[ACTIVITY] In the records that follow, locate every line with "extrude" and extract it.

[TASK MATERIAL]
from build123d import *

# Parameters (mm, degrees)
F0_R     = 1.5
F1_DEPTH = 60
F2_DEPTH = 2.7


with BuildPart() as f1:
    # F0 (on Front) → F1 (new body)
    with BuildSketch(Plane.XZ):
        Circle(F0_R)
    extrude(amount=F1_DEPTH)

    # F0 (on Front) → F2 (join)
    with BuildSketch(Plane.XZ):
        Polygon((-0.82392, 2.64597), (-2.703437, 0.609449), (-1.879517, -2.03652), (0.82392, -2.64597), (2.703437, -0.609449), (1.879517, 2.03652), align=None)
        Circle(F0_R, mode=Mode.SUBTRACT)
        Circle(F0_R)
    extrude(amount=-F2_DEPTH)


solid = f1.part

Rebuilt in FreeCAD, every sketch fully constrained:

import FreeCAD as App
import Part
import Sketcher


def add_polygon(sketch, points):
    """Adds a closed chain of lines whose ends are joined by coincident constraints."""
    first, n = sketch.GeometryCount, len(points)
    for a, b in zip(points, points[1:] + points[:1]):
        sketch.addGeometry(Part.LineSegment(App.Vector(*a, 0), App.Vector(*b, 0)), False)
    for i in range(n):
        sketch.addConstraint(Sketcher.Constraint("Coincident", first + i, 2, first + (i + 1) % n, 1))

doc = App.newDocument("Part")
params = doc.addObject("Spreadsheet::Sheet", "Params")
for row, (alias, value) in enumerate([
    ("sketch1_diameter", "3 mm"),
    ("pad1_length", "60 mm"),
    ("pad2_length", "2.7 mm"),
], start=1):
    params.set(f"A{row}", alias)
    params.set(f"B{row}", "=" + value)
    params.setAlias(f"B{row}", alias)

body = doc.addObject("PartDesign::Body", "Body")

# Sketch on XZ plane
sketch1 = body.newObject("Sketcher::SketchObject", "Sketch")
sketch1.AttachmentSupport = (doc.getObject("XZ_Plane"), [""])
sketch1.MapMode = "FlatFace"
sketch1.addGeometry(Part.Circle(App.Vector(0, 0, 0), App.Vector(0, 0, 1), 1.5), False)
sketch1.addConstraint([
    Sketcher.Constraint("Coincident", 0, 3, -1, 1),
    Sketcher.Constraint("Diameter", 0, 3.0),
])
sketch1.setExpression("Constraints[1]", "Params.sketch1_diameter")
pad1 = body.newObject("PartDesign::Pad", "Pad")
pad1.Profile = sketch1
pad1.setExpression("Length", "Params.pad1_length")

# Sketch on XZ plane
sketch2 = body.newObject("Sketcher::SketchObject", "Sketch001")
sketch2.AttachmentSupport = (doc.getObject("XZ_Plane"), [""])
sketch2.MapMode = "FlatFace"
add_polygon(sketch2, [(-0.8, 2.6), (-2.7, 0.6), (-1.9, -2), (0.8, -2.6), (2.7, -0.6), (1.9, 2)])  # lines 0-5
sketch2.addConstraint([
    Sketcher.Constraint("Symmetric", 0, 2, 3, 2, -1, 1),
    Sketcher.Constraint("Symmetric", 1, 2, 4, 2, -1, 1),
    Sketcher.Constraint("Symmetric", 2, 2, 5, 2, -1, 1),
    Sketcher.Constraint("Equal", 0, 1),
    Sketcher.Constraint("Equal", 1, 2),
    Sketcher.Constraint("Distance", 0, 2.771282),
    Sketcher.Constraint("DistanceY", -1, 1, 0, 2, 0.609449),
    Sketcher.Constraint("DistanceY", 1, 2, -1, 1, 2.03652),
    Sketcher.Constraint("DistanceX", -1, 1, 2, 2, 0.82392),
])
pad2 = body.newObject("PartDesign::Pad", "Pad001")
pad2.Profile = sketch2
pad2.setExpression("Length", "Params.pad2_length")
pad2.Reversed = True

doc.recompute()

* * *

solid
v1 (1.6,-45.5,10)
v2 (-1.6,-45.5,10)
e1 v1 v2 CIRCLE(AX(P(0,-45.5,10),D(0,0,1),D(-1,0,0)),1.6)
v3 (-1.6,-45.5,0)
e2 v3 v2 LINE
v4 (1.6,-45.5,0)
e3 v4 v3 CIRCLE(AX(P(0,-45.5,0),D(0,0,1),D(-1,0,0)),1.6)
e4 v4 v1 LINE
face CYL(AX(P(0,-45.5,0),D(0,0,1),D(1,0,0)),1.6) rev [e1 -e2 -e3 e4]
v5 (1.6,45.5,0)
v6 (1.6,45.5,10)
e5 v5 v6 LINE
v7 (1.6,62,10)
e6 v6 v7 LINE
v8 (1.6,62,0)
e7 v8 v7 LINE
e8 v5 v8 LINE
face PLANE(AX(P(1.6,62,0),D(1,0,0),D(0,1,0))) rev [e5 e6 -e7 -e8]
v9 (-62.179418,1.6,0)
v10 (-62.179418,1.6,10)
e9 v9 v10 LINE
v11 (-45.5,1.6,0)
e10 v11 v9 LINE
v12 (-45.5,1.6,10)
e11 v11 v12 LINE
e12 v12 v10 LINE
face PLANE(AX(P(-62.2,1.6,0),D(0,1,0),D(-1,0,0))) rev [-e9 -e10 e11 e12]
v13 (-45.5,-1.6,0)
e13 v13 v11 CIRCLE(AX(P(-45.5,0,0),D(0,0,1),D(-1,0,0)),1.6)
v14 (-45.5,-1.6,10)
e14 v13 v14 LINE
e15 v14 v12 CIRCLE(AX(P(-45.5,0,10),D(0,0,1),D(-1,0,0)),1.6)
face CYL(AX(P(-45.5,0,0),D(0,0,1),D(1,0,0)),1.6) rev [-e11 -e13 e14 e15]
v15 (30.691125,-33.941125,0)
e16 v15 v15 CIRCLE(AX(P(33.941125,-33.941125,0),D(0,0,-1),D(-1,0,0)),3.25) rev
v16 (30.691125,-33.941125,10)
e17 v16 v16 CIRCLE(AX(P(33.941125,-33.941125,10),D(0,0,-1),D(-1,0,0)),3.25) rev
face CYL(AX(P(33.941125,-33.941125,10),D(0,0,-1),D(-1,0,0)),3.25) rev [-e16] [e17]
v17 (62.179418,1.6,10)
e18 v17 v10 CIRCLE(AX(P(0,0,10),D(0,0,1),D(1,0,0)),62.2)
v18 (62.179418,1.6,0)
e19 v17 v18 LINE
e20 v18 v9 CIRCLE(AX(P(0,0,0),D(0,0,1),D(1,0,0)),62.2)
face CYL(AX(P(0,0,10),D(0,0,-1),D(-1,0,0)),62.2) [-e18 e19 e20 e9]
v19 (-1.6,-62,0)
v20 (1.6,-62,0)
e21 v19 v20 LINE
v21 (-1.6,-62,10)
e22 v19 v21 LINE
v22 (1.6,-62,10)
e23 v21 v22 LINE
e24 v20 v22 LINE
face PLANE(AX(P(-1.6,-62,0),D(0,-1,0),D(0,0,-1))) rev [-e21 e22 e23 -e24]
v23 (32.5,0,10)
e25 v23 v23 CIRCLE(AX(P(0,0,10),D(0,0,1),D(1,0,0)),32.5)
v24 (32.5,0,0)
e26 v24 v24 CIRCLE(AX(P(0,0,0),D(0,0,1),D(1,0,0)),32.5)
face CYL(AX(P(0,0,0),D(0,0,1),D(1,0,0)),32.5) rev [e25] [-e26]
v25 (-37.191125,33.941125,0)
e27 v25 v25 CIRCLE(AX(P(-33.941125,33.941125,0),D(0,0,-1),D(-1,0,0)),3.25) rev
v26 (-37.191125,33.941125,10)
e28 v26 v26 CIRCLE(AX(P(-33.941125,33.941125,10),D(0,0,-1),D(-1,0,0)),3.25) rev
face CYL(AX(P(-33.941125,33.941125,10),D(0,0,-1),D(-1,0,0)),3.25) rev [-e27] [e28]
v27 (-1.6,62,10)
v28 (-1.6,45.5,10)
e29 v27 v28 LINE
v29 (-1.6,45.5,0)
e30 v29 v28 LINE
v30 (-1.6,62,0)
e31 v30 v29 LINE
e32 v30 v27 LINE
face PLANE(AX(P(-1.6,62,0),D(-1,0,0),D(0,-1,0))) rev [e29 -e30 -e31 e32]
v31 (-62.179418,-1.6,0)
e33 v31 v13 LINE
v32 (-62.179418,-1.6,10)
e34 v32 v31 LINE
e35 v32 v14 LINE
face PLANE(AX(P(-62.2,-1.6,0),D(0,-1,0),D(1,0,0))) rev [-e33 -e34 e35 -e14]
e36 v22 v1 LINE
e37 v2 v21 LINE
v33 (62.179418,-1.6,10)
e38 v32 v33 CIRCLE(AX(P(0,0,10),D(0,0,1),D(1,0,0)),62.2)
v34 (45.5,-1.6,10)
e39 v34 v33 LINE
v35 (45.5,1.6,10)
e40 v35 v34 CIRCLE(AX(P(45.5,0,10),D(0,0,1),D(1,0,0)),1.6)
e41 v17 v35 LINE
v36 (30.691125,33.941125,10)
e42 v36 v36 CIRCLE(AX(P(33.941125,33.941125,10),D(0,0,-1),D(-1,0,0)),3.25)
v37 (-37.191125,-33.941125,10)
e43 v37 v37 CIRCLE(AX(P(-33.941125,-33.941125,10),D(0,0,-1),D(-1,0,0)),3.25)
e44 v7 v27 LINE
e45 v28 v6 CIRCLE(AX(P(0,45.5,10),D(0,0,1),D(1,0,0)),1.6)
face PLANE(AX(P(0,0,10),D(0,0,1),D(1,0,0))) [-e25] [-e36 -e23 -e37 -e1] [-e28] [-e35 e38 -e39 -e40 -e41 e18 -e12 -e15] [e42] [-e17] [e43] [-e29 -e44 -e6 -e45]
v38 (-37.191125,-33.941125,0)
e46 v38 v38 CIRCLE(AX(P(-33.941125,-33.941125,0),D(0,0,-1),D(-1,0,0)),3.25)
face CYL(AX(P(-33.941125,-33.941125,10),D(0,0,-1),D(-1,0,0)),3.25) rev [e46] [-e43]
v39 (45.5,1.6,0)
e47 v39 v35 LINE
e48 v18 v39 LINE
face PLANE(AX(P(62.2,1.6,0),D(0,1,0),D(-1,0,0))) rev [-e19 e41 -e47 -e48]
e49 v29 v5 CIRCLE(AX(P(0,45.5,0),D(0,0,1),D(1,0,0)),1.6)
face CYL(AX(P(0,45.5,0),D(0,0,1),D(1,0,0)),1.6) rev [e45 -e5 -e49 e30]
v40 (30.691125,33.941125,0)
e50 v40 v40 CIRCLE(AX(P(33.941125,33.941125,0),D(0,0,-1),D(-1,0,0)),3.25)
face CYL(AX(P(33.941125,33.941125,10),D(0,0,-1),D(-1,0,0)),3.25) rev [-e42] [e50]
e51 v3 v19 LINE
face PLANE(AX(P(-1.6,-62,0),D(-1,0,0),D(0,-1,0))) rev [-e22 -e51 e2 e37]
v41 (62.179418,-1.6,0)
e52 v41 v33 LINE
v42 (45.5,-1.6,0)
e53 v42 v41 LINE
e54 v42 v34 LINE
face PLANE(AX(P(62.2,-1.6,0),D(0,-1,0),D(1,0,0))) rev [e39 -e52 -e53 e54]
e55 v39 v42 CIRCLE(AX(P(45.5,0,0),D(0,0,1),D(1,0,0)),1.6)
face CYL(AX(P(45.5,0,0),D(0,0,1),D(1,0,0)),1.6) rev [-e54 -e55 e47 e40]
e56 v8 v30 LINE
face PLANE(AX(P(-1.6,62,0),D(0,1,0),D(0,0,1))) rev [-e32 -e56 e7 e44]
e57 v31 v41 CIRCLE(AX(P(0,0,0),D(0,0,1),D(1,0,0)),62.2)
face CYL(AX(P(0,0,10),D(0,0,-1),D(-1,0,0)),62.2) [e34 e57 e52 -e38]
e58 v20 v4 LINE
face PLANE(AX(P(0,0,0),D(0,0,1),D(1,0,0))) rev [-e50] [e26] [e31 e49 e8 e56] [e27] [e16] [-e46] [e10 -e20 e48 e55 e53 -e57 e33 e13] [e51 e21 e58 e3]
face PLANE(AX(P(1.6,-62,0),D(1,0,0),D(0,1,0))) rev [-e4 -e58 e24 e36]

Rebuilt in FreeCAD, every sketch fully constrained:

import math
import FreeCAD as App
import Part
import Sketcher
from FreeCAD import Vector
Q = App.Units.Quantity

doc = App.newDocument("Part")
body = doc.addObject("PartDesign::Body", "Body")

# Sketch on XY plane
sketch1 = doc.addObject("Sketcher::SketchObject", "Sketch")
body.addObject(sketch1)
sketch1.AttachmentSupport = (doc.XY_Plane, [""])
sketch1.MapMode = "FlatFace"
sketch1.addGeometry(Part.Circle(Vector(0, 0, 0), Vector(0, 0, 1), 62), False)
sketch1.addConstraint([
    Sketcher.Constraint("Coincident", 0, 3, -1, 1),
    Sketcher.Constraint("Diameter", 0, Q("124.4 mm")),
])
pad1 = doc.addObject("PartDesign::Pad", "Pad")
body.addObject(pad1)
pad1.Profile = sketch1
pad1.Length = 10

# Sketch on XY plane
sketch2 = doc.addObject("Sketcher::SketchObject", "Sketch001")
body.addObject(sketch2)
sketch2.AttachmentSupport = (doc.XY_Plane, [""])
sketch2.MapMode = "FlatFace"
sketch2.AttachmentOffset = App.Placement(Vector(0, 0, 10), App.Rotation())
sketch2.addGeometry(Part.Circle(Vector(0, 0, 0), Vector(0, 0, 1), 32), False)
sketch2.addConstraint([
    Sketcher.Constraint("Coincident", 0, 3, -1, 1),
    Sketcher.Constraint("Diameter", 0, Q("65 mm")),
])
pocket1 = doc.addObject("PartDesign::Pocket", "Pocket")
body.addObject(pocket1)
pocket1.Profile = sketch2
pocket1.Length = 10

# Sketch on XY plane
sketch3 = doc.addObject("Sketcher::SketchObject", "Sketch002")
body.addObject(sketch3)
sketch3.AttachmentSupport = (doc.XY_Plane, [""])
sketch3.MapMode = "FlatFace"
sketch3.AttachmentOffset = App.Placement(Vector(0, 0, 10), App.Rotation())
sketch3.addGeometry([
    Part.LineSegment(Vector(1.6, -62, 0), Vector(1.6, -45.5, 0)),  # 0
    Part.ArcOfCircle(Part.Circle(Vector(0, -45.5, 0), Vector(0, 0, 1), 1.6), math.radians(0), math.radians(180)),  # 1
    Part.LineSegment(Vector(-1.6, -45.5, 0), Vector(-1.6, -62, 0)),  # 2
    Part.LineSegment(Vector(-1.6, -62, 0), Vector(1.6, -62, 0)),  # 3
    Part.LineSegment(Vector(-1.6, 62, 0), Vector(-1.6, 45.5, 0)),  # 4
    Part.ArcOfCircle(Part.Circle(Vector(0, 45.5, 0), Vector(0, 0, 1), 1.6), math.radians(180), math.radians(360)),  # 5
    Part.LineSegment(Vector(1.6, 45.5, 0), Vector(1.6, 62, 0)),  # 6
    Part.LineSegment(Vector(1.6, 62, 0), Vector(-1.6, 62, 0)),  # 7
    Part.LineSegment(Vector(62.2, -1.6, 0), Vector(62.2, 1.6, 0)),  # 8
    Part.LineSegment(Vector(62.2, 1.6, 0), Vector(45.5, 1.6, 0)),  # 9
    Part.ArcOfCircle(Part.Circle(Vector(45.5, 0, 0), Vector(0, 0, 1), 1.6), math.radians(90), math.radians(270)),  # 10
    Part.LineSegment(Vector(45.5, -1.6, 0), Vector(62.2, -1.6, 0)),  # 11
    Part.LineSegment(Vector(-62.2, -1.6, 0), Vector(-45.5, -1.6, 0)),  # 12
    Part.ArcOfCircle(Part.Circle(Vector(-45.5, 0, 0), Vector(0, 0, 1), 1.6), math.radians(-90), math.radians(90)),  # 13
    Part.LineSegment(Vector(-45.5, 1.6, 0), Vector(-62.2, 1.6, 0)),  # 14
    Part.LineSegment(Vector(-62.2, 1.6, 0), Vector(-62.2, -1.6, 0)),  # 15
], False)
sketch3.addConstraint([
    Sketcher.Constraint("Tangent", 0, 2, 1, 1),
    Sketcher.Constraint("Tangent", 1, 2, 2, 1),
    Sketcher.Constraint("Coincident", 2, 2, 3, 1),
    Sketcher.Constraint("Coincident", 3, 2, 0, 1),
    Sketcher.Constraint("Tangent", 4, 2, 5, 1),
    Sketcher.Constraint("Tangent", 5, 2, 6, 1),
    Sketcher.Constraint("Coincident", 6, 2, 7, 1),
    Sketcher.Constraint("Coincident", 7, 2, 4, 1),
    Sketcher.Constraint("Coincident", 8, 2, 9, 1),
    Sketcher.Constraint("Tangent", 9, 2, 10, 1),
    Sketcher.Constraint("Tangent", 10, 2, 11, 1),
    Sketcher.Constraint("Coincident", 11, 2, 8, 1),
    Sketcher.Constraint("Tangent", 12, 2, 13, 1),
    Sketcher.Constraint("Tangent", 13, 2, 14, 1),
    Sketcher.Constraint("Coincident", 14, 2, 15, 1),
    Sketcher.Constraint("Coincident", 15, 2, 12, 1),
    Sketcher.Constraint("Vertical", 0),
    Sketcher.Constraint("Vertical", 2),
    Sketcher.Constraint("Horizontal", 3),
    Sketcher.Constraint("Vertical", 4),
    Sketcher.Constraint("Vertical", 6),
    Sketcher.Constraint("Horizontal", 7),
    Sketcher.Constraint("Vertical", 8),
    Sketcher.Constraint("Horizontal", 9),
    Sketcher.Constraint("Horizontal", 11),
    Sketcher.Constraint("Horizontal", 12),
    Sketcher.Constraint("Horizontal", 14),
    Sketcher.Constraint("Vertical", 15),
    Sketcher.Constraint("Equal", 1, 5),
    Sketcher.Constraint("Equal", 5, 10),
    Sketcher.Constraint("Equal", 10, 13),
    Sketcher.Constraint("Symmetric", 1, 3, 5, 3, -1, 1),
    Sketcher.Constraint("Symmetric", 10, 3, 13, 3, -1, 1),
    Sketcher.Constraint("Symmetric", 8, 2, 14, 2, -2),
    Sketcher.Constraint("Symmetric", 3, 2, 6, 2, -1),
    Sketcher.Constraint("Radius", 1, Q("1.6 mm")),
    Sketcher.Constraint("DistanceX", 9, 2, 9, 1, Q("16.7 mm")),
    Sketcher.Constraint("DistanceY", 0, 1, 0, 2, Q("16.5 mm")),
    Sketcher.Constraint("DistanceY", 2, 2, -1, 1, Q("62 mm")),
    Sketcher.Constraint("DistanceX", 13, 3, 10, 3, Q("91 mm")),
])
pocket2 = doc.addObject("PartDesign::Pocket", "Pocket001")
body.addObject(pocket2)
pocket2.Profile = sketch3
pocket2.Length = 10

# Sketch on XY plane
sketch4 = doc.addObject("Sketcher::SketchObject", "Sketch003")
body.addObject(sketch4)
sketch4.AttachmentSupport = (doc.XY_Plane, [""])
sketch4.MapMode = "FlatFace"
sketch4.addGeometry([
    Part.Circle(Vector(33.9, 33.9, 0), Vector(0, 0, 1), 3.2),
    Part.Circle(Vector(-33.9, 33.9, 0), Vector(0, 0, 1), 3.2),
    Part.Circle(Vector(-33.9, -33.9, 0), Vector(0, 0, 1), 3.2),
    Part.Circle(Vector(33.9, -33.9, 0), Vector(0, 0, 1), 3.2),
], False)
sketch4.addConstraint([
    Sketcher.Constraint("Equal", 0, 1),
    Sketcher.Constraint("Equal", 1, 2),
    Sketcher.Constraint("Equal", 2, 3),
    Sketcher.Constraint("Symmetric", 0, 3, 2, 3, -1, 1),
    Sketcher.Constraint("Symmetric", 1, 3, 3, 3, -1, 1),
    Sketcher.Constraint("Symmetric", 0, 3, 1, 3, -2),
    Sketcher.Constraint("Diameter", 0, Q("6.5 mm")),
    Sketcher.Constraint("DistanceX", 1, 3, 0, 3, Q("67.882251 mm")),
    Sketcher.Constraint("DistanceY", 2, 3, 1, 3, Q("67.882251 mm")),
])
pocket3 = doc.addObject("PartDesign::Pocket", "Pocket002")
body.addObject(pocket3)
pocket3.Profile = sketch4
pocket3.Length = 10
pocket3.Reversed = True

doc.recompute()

[REPLY]
    extrude(amount=F1_DEPTH)
    extrude(amount=-F2_DEPTH)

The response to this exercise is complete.